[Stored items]
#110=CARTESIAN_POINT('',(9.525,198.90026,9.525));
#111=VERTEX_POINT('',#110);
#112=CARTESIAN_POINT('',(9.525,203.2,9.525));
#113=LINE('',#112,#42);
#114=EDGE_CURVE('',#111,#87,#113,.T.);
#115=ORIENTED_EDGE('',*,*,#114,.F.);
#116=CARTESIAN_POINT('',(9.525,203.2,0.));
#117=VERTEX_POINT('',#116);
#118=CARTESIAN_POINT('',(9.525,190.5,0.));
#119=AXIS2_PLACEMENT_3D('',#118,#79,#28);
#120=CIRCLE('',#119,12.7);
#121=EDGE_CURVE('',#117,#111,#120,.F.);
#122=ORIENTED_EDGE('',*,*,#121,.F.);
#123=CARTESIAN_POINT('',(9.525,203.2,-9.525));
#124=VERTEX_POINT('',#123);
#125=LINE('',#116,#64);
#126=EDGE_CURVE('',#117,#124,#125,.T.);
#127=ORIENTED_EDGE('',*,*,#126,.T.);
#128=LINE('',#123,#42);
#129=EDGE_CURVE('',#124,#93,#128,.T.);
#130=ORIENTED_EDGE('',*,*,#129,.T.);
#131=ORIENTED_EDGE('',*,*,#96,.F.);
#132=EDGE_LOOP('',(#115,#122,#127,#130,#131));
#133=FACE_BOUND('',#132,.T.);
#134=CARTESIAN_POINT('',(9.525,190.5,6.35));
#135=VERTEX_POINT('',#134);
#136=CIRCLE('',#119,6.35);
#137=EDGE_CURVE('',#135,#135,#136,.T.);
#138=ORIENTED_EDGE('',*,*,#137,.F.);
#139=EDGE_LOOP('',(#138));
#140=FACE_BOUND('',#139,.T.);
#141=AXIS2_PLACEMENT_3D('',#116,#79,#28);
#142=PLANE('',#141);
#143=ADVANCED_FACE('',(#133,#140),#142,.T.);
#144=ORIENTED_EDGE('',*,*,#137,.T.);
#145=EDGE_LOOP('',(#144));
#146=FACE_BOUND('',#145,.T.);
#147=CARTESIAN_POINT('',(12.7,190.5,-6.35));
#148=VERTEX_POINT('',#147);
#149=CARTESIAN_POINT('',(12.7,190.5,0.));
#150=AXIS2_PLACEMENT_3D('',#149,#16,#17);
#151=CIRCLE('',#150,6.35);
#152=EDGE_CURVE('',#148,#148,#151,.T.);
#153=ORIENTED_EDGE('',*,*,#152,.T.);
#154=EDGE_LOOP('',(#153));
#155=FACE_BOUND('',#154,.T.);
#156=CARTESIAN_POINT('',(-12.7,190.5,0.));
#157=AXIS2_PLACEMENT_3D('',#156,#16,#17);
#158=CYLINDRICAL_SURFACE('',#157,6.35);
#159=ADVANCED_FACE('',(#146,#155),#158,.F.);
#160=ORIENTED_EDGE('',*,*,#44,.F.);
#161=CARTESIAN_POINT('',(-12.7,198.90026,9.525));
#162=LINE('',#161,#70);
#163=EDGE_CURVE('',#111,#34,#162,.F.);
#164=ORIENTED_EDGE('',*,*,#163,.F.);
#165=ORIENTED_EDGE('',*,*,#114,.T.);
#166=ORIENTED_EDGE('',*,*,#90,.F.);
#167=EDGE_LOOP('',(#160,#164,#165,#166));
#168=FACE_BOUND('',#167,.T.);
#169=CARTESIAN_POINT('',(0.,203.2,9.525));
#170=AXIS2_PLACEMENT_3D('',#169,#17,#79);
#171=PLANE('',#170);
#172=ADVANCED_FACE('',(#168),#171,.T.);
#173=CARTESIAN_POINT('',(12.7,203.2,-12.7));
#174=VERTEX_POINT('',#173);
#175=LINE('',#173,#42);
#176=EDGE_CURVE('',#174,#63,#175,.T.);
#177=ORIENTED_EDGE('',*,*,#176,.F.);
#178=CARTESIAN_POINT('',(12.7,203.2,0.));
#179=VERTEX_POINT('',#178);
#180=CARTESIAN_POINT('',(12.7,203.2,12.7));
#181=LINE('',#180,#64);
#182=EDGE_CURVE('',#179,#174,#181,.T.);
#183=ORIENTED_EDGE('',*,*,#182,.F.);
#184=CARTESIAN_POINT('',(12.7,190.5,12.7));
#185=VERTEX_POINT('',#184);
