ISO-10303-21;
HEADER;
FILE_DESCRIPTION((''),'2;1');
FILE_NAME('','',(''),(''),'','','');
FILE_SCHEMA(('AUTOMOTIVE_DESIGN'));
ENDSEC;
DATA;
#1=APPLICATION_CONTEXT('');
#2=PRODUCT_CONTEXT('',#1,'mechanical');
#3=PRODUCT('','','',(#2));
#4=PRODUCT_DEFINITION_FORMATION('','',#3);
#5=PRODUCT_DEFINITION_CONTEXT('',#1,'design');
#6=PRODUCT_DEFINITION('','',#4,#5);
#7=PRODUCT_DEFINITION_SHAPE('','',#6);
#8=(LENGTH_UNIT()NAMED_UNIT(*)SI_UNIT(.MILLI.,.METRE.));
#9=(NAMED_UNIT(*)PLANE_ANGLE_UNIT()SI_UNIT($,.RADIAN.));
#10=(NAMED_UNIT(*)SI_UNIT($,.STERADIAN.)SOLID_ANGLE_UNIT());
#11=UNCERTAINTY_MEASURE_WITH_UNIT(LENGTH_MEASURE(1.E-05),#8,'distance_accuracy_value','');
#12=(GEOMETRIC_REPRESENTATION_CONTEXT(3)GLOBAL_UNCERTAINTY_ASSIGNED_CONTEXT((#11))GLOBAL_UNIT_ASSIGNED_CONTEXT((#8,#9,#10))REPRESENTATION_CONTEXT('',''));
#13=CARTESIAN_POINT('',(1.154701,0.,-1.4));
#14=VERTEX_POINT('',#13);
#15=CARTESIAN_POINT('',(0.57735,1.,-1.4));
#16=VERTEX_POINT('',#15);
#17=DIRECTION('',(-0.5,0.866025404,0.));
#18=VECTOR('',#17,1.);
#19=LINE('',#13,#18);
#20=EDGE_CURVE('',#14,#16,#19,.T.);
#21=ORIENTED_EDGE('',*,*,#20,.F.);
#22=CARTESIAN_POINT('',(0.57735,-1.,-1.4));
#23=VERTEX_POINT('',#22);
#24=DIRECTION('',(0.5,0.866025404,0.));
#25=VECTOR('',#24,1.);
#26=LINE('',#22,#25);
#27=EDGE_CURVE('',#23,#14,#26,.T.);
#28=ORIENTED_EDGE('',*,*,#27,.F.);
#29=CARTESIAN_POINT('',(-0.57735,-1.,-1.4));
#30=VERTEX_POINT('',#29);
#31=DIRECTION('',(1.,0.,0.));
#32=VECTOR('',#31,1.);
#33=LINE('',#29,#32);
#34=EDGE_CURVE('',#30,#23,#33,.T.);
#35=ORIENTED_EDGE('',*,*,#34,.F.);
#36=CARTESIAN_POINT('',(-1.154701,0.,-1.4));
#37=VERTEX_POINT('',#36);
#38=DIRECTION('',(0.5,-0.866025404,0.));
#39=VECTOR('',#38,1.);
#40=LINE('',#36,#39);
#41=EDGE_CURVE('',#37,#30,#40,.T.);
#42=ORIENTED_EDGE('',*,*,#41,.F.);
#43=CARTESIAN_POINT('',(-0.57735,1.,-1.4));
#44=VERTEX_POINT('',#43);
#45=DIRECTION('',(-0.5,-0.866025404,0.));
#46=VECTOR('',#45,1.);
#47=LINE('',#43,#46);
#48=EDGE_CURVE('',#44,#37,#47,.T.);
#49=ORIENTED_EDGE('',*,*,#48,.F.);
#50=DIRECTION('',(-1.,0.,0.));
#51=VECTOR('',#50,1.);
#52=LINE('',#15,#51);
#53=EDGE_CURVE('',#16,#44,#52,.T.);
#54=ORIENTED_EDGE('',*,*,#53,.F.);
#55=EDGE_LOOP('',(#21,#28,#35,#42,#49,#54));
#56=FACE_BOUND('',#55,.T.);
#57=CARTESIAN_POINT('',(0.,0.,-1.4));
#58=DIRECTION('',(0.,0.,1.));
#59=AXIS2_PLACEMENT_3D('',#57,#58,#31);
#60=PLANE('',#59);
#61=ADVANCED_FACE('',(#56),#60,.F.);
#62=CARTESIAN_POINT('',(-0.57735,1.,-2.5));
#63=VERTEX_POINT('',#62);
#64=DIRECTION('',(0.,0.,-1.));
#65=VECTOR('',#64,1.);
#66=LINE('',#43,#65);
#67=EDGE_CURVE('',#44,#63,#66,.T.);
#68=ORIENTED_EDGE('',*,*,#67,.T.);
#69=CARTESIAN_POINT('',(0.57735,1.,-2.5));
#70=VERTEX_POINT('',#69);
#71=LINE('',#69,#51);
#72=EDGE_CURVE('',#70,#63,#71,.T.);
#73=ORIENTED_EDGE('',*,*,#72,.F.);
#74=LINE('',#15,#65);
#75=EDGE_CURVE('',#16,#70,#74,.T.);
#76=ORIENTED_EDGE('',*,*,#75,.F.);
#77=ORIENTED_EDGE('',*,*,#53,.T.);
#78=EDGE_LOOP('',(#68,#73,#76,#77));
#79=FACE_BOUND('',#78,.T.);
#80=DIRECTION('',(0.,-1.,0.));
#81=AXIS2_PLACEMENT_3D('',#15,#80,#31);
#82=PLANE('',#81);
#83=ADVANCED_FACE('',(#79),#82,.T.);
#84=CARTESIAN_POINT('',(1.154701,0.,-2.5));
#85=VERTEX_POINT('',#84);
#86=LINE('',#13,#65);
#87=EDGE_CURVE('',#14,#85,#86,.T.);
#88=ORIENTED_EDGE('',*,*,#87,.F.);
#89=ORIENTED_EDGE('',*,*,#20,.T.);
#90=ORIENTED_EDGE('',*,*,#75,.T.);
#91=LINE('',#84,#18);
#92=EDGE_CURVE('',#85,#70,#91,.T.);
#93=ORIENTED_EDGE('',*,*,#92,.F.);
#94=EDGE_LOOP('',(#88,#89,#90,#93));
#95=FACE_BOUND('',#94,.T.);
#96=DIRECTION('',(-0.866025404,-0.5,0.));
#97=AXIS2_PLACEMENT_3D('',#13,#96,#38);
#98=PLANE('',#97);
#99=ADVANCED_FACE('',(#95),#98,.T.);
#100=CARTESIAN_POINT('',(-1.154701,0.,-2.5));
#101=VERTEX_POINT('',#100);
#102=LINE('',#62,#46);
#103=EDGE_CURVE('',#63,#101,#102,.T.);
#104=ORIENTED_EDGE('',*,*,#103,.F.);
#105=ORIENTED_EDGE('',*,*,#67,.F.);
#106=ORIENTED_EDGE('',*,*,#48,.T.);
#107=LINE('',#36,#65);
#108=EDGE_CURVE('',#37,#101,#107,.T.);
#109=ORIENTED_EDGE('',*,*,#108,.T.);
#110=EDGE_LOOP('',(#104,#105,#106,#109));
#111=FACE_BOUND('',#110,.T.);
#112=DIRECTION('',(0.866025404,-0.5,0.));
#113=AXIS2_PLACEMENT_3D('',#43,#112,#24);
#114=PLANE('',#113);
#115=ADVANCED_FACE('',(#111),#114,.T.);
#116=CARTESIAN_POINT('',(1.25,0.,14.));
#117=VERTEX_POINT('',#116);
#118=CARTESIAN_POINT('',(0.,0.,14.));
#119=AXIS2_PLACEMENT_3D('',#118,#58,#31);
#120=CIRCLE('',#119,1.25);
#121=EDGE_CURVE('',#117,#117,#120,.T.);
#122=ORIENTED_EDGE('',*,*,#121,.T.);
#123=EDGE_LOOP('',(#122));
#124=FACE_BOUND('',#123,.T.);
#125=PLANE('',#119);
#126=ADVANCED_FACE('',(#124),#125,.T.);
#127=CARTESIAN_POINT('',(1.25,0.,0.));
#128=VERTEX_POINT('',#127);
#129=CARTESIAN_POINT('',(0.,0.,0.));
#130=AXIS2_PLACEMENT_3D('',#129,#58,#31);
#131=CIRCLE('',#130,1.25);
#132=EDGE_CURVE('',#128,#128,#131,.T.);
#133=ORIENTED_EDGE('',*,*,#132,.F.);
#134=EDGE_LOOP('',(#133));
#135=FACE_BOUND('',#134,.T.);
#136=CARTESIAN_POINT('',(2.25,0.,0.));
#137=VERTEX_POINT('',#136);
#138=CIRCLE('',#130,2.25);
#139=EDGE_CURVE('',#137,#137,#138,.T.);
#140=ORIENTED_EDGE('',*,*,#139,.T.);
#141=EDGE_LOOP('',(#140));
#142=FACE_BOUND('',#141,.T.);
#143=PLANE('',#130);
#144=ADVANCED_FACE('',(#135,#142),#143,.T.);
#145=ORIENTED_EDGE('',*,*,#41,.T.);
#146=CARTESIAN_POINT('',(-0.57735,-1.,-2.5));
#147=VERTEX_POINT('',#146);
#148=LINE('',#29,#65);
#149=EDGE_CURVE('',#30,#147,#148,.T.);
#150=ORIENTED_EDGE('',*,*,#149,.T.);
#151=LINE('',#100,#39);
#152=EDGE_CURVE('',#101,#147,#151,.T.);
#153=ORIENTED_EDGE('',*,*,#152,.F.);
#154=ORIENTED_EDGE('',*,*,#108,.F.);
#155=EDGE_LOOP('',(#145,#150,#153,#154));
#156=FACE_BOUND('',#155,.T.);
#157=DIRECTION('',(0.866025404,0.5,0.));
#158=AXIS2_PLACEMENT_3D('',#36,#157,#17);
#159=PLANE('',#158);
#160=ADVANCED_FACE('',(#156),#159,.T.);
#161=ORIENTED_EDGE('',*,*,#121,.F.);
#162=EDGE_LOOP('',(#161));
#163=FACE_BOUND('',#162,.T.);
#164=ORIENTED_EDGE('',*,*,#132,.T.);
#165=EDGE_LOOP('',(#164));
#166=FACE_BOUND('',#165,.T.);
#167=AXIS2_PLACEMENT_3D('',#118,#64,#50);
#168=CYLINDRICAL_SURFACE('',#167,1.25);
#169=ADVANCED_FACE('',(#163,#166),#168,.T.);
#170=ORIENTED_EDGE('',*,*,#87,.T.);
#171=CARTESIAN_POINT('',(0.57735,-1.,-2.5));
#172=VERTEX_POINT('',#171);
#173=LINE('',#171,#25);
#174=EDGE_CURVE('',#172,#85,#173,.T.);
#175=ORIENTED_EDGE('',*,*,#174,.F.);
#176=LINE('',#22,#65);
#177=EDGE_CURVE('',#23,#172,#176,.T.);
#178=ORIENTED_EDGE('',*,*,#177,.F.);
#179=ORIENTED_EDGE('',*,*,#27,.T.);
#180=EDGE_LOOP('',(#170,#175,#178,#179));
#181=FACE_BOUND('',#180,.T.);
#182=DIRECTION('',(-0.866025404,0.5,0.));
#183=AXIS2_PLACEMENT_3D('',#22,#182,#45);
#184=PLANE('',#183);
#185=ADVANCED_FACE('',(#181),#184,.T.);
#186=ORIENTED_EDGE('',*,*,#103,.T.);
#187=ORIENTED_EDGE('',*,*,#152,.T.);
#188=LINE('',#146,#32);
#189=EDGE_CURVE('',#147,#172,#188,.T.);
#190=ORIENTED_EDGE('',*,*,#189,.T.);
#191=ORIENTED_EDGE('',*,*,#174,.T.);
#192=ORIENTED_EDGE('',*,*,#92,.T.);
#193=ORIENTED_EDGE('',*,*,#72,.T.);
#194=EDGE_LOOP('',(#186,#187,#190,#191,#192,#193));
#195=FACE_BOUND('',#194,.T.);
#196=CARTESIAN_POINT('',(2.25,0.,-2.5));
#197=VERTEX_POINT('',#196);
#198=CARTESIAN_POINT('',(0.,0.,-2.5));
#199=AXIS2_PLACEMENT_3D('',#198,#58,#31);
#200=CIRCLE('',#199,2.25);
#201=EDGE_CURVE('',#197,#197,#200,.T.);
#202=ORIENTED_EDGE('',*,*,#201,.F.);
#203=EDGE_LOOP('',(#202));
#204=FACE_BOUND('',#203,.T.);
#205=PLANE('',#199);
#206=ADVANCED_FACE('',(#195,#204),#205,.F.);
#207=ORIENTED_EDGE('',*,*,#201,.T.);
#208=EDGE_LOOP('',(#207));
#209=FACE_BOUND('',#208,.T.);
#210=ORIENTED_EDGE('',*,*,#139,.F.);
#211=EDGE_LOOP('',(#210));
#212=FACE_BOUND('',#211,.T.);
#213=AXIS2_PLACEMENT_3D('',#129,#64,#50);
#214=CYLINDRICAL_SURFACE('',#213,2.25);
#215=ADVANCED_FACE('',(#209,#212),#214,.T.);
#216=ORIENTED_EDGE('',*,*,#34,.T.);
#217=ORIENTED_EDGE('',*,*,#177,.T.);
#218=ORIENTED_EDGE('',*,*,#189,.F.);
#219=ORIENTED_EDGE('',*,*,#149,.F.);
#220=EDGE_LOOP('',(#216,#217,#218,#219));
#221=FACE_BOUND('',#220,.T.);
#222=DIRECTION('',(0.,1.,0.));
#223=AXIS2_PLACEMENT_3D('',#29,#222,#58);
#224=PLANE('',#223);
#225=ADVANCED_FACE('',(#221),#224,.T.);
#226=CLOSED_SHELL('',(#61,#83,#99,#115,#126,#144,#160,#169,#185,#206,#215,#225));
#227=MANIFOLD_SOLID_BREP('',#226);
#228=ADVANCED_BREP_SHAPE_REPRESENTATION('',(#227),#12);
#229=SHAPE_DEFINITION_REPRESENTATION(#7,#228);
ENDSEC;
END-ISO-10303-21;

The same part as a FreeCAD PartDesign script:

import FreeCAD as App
import Part
import Sketcher
Q = App.Units.Quantity

doc = App.newDocument("Part")
body = doc.addObject("PartDesign::Body", "Body")

# Sketch on XY plane
sketch1 = body.newObject("Sketcher::SketchObject", "Sketch")
sketch1.AttachmentSupport = (doc.getObject("XY_Plane"), [""])
sketch1.MapMode = "FlatFace"
sketch1.AttachmentOffset = App.Placement(App.Vector(0, 0, -2.5), App.Rotation())
sketch1.addGeometry(Part.Circle(App.Vector(0, 0, 0), App.Vector(0, 0, 1), 2.2), False)
sketch1.addConstraint(Sketcher.Constraint("Coincident", 0, 3, -1, 1))
sketch1.addConstraint(Sketcher.Constraint("Diameter", 0, Q("4.5 mm")))
pad1 = body.newObject("PartDesign::Pad", "Pad")
pad1.Profile = sketch1
pad1.Length = 2.5

# Sketch on XY plane
sketch2 = body.newObject("Sketcher::SketchObject", "Sketch001")
sketch2.AttachmentSupport = (doc.getObject("XY_Plane"), [""])
sketch2.MapMode = "FlatFace"
sketch2.addGeometry(Part.Circle(App.Vector(0, 0, 0), App.Vector(0, 0, 1), 1.2), False)
sketch2.addConstraint(Sketcher.Constraint("Coincident", 0, 3, -1, 1))
sketch2.addConstraint(Sketcher.Constraint("Diameter", 0, Q("2.5 mm")))
pad2 = body.newObject("PartDesign::Pad", "Pad001")
pad2.Profile = sketch2
pad2.Length = 14

# Sketch on XY plane
sketch3 = body.newObject("Sketcher::SketchObject", "Sketch002")
sketch3.AttachmentSupport = (doc.getObject("XY_Plane"), [""])
sketch3.MapMode = "FlatFace"
sketch3.AttachmentOffset = App.Placement(App.Vector(0, 0, -2.5), App.Rotation())
sketch3.addGeometry(Part.LineSegment(App.Vector(1.2, 0, 0), App.Vector(0.6, 1, 0)), False)
sketch3.addGeometry(Part.LineSegment(App.Vector(0.6, 1, 0), App.Vector(-0.6, 1, 0)), False)
sketch3.addGeometry(Part.LineSegment(App.Vector(-0.6, 1, 0), App.Vector(-1.2, 0, 0)), False)
sketch3.addGeometry(Part.LineSegment(App.Vector(-1.2, 0, 0), App.Vector(-0.6, -1, 0)), False)
sketch3.addGeometry(Part.LineSegment(App.Vector(-0.6, -1, 0), App.Vector(0.6, -1, 0)), False)
sketch3.addGeometry(Part.LineSegment(App.Vector(0.6, -1, 0), App.Vector(1.2, 0, 0)), False)
sketch3.addConstraint(Sketcher.Constraint("Coincident", 0, 2, 1, 1))
sketch3.addConstraint(Sketcher.Constraint("Coincident", 1, 2, 2, 1))
sketch3.addConstraint(Sketcher.Constraint("Coincident", 2, 2, 3, 1))
sketch3.addConstraint(Sketcher.Constraint("Coincident", 3, 2, 4, 1))
sketch3.addConstraint(Sketcher.Constraint("Coincident", 4, 2, 5, 1))
sketch3.addConstraint(Sketcher.Constraint("Coincident", 5, 2, 0, 1))
sketch3.addConstraint(Sketcher.Constraint("Horizontal", 1))
sketch3.addConstraint(Sketcher.Constraint("Horizontal", 4))
sketch3.addConstraint(Sketcher.Constraint("Symmetric", 0, 2, 3, 2, -1, 1))
sketch3.addConstraint(Sketcher.Constraint("Symmetric", 2, 2, 5, 2, -1, 1))
sketch3.addConstraint(Sketcher.Constraint("PointOnObject", 2, 2, -1))
sketch3.addConstraint(Sketcher.Constraint("Parallel", 2, 5))
sketch3.addConstraint(Sketcher.Constraint("Vertical", 1, 2, 3, 2))
sketch3.addConstraint(Sketcher.Constraint("Angle", 0, Q("120 deg")))
sketch3.addConstraint(Sketcher.Constraint("DistanceY", -1, 1, 0, 2, Q("1 mm")))
sketch3.addConstraint(Sketcher.Constraint("DistanceX", 1, 2, 1, 1, Q("1.154701 mm")))
pocket1 = body.newObject("PartDesign::Pocket", "Pocket")
pocket1.Profile = sketch3
pocket1.Length = 1.1
pocket1.Reversed = True

doc.recompute()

* _What the exercise asks_
Copy the lines above exactly. Start with the line containing "#209=FACE_BOUND('',#208,.T.);", end with the line containing "#219=ORIENTED_EDGE('',*,*,#149,.F.);", and include both.

* _Output of the exercise_
#209=FACE_BOUND('',#208,.T.);
#210=ORIENTED_EDGE('',*,*,#139,.F.);
#211=EDGE_LOOP('',(#210));
#212=FACE_BOUND('',#211,.T.);
#213=AXIS2_PLACEMENT_3D('',#129,#64,#50);
#214=CYLINDRICAL_SURFACE('',#213,2.25);
#215=ADVANCED_FACE('',(#209,#212),#214,.T.);
#216=ORIENTED_EDGE('',*,*,#34,.T.);
#217=ORIENTED_EDGE('',*,*,#177,.T.);
#218=ORIENTED_EDGE('',*,*,#189,.F.);
#219=ORIENTED_EDGE('',*,*,#149,.F.);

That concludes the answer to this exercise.